The H9 is a single channel magnetically shielded Hall thruster jointly developed by NASA’s Jet Propulsion Laboratory, the University of Michigan and the Air Force Research Laboratory. The thruster has a nominal power level of 9 kW and a similar design to other state-of-the art Hall thrusters. The thruster is designed to operate between 300 and 800 V with a center mounted lanthanum hexaboride (LaB6) hollow cathode. It is notable for its high efficiency (63% at 800 V) and specific impulse (up to 2900 seconds).

This thruster takes heavy design heritage from the H6, a 6-kW laboratory thruster. Additionally, the thruster incorporates magnetic shielding technology which is a magnetic field design that shields the thruster walls from the plasma to increase the lifetime up to three orders of magnitude. This technology has enabled the application of Hall thruster on deep space missions. However, it is a relatively nascent technology, meaning that continued studies are needed to fully understand the implications of the technology on thruster operation (such as increased pole erosion). In addition to providing a platform to study magnetic shielding, the H9 Hall thruster provides a platform to continue research on the open questions around Hall thrusters on state of the art technology. Namely, these include electron transport and facility effects.

Work by Cusson has throttled the thruster through its full operating table and established baseline performance measurements, including thrust, oscillation characteristics, and plume symmetry.

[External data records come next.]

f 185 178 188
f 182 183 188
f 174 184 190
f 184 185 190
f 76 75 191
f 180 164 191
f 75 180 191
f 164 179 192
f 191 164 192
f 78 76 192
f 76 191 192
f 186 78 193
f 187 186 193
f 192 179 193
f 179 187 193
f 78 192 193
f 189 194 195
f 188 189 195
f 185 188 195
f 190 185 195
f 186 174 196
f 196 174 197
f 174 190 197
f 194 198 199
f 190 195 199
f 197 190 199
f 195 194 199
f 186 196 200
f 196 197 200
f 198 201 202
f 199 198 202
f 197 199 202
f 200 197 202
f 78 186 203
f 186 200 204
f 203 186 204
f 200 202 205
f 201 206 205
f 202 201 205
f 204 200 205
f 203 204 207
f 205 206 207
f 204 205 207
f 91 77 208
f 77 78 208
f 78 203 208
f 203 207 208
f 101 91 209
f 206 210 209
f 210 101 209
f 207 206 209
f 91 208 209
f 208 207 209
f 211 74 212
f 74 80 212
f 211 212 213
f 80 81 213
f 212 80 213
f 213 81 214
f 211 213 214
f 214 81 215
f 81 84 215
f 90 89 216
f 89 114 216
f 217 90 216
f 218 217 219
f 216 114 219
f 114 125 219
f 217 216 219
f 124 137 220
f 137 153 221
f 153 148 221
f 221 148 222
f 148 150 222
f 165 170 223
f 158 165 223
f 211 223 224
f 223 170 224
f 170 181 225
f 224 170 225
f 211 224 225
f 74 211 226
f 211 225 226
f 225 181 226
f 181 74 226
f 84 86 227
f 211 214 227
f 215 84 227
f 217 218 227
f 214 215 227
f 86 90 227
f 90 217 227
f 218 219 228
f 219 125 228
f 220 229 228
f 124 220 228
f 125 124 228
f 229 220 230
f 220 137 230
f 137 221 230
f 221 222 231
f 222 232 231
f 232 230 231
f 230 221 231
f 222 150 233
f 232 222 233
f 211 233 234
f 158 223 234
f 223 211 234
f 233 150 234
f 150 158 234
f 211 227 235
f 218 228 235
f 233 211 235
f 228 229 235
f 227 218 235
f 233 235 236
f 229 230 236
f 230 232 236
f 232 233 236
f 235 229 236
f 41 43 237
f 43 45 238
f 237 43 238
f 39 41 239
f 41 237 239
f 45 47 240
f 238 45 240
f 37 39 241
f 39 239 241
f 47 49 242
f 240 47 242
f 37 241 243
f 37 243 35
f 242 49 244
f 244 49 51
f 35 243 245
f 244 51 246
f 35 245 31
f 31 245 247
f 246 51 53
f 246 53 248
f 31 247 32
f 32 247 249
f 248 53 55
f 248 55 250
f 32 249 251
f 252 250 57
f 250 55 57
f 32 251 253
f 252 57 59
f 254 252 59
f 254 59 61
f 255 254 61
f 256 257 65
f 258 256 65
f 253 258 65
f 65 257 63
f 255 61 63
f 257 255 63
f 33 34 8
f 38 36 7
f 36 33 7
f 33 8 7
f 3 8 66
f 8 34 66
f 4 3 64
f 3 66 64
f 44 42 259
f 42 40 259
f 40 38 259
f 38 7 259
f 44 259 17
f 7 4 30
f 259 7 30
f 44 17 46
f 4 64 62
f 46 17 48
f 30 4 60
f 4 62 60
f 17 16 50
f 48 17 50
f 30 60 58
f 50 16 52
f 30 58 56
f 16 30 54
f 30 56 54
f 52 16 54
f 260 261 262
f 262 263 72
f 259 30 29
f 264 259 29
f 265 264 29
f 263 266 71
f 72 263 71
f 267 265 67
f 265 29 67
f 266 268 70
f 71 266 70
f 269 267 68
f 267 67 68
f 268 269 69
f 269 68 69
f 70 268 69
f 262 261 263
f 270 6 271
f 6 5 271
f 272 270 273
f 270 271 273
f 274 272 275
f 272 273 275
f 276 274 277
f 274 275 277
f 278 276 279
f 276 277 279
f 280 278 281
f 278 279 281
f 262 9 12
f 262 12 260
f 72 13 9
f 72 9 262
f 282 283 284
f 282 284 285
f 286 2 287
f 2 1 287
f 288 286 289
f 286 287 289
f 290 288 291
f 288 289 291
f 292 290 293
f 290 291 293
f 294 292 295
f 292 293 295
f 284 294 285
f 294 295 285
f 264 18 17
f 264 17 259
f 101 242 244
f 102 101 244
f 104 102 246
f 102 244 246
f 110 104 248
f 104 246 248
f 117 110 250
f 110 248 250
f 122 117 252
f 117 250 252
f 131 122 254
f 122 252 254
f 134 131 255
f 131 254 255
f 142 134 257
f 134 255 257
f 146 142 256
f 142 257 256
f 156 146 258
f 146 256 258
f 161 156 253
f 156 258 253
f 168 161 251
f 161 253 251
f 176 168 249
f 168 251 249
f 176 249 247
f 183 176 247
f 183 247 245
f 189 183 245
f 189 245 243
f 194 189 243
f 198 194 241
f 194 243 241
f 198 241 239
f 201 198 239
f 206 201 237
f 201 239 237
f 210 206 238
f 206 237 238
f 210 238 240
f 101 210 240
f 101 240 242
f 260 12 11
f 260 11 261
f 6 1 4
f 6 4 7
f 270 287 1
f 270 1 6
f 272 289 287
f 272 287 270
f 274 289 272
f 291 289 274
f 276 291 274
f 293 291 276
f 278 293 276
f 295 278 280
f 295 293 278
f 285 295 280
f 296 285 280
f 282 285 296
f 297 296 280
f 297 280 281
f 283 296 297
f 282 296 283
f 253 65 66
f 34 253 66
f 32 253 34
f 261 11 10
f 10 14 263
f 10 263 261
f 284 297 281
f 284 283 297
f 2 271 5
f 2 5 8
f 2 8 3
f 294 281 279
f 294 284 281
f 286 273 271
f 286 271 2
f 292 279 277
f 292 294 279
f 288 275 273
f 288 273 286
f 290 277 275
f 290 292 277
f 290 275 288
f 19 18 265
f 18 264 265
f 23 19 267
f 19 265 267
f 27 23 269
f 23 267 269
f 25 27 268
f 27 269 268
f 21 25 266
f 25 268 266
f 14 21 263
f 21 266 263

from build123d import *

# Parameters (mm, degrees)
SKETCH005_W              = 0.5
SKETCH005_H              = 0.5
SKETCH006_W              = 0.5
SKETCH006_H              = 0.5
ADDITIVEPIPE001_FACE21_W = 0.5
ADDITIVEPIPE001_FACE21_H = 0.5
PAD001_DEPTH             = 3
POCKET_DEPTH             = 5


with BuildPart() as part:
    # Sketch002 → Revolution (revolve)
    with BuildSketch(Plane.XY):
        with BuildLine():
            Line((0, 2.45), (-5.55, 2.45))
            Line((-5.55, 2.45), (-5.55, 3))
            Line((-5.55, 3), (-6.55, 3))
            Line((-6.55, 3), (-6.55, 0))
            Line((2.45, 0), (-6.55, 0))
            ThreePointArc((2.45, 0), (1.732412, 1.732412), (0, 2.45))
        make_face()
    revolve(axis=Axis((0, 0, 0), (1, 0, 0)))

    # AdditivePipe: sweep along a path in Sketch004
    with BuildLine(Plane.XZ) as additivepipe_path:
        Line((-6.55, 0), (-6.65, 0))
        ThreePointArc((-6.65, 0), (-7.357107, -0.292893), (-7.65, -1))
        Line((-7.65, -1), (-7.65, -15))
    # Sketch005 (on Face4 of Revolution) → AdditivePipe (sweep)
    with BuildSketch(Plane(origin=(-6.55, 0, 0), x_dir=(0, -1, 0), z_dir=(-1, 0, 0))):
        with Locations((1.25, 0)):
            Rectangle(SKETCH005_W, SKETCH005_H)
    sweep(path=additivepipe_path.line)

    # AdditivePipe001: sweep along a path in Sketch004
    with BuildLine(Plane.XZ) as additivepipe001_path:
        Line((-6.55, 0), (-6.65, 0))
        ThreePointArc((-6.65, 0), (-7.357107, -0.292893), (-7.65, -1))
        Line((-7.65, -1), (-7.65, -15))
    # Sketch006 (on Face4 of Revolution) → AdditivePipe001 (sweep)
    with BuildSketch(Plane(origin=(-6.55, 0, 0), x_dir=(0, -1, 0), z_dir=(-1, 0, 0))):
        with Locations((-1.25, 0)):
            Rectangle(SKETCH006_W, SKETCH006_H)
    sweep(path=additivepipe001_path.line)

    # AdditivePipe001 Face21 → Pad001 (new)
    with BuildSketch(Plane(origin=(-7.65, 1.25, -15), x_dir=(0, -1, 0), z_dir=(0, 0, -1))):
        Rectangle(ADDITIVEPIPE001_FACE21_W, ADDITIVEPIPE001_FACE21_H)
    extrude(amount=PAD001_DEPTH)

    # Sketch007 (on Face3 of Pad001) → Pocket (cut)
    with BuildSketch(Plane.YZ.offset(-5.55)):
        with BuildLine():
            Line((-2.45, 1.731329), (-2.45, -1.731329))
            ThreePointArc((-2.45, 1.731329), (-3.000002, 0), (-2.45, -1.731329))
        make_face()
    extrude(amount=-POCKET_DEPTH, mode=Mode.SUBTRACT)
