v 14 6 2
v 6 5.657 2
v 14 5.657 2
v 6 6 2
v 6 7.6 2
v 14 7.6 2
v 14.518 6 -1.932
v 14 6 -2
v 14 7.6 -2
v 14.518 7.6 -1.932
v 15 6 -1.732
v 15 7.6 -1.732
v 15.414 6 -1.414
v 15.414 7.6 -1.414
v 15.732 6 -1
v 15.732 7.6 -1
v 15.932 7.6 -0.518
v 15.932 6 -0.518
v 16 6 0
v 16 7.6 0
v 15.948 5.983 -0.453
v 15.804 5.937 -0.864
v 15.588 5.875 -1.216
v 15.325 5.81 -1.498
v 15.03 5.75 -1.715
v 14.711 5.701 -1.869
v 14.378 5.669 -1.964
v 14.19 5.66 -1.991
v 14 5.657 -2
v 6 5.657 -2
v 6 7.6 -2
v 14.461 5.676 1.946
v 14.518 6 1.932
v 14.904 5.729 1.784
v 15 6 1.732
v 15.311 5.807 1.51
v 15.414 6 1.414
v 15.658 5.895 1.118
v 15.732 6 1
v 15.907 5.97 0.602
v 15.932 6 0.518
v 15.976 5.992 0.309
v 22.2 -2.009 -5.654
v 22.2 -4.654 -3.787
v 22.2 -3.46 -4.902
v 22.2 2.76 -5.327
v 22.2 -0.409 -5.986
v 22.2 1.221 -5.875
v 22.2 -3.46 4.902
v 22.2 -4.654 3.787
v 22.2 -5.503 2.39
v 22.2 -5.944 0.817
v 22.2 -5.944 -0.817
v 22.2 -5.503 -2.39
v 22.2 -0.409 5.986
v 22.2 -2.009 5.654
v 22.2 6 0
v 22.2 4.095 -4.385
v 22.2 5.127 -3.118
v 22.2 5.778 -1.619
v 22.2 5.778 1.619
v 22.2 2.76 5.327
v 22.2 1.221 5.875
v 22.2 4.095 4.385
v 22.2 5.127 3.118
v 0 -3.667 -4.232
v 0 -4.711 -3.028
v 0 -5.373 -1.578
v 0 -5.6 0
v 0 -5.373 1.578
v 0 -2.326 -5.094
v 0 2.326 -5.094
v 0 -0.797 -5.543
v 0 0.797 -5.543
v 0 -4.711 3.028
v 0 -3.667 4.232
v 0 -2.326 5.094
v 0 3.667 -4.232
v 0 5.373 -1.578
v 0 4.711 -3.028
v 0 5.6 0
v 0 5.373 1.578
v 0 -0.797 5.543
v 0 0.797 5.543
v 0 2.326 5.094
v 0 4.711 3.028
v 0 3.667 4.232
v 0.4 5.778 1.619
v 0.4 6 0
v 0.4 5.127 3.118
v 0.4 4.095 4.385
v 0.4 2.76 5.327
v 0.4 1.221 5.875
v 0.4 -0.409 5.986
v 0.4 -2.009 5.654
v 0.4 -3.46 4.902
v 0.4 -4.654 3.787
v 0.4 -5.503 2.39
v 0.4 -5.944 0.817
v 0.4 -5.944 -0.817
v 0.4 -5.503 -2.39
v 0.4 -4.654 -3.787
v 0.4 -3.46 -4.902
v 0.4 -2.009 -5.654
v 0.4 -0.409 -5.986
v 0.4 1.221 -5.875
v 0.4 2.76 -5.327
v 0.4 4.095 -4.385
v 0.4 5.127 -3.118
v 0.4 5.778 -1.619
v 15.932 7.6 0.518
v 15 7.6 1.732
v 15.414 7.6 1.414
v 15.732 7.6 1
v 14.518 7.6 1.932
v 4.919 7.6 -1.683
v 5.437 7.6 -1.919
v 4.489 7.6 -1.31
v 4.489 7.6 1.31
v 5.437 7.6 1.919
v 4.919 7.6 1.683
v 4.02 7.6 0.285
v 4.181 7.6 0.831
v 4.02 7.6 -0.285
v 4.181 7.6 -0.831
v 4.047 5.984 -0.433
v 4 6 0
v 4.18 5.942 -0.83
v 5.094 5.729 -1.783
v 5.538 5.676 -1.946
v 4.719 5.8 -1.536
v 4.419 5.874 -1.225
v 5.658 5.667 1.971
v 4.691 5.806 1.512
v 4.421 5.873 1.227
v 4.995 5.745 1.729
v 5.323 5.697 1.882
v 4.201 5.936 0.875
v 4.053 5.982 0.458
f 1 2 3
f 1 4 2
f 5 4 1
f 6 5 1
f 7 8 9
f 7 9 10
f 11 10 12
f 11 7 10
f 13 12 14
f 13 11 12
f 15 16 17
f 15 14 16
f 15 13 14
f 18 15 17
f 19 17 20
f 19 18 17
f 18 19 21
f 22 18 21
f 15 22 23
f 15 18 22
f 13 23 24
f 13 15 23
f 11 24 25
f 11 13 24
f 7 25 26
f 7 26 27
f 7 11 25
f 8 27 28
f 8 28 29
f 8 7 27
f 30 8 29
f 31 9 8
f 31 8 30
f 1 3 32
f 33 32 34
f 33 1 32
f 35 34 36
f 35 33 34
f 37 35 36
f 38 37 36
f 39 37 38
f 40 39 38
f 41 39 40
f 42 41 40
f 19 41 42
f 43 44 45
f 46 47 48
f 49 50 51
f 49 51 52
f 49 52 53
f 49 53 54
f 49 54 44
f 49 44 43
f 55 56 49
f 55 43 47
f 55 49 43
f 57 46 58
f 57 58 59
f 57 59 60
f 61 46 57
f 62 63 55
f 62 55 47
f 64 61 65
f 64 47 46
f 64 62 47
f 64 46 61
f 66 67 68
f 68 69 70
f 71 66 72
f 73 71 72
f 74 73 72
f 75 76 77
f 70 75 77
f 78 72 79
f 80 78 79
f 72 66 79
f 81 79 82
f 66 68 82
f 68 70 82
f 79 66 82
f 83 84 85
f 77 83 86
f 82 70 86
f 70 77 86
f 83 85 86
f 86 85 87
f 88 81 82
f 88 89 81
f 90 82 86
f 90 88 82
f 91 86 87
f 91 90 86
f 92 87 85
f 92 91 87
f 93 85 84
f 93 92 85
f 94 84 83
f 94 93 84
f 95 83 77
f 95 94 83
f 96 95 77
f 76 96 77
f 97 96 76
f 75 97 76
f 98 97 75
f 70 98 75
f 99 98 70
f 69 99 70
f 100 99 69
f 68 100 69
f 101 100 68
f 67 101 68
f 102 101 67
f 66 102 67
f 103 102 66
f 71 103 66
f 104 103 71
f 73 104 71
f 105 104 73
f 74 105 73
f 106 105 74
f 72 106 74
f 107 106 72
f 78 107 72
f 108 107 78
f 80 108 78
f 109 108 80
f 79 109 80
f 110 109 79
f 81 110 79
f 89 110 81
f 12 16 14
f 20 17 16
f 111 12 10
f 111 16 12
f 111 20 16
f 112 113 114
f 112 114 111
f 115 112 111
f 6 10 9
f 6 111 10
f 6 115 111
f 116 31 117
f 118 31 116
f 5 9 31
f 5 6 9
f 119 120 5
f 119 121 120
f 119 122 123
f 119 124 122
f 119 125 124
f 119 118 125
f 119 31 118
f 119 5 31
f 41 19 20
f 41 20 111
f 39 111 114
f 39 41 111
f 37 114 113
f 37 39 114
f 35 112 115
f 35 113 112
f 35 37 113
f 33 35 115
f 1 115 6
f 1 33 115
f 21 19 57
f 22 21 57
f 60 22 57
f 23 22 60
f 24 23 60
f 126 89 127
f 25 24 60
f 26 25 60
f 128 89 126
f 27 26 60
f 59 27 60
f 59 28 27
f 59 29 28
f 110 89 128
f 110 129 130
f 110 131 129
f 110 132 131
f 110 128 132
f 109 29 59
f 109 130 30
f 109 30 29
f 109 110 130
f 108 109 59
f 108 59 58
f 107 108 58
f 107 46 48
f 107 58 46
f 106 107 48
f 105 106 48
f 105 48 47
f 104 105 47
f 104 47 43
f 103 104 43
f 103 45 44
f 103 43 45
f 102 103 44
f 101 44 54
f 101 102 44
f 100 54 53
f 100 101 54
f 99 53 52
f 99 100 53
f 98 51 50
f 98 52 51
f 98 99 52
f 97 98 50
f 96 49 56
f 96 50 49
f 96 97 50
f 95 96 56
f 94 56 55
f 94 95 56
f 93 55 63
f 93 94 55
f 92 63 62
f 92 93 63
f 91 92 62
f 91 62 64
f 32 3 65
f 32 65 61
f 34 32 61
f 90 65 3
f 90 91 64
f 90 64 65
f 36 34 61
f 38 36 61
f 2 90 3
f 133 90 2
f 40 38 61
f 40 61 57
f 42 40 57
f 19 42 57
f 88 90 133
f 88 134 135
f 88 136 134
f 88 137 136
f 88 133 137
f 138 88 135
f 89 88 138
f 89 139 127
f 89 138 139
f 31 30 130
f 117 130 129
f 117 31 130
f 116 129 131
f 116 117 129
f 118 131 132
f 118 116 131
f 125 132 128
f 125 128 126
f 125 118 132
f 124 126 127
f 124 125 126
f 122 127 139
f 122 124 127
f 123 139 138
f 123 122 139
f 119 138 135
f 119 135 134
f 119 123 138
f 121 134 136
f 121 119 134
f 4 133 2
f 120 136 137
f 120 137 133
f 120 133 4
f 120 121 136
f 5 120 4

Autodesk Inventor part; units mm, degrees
ref_plane "YZ Plane" through (0, 0, 0) normal (1, 0, 0) x (0, 1, 0)
ref_plane "XY Plane" through (0, 0, 0) normal (0, 0, 1) x (1, 0, 0)
sketch "Sketch1" plane through (0, 0, 0) normal (1, 0, 0) x (0, 1, 0)
  circle A0 centre (0, 0) radius 6
  dimension "d0" = 12
extrude "Extrusion1" add sketch "Sketch1" along normal blind 22.2
ref_plane "Work Plane1" through (0, 6, 0) normal (0, 1, 0) x (-1, 0, 0)
sketch "Sketch2" plane through (0, 6, 0) normal (0, 1, 0) x (-1, 0, 0)
  line L0 (0, 6) -> (0, -6) projected
  line L1 (-6, 2) -> (-14, 2)
  line L2 (-16, 0) -> (-16, 0)
  line L3 (-14, -2) -> (-6, -2)
  line L4 (-4, 0) -> (-4, 0)
  arc A0 (-4, 0) -> (-6, 2) centre (-6, 0) ccw
  arc A1 (-6, -2) -> (-4, 0) centre (-6, 0) ccw
  arc A2 (-16, 0) -> (-14, -2) centre (-14, 0) ccw
  arc A3 (-14, 2) -> (-16, 0) centre (-14, 0) ccw
  point P0 (0, 0)
  point P1 (-16, -2)
  point P2 (-16, 2)
  point P3 (0, 0)
  point P4 (-16, 0)
  dimension "d3" = 4
  dimension "d4" = 2
  dimension "d5" = 6
  dimension "d6" = 8
extrude "Extrusion2" add sketch "Sketch2" along normal blind 1.6 and the other way blind 1
chamfer "Chamfer1" distance 0.4 angle 45 1 edges at (0, -6, 0)
properties part number "input shaft nmrv-40"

Since its first firing in 2016, the H9 has been used in various experimental campaigns, including those by Brown and Durot, to better understand electron transport in the channel of a Hall thruster. On-going work with the thruster include experimental campaigns to characterize the acceleration region (using laser induced fluorescence) and facility effects as well as two-dimensional modeling of the plasma properties.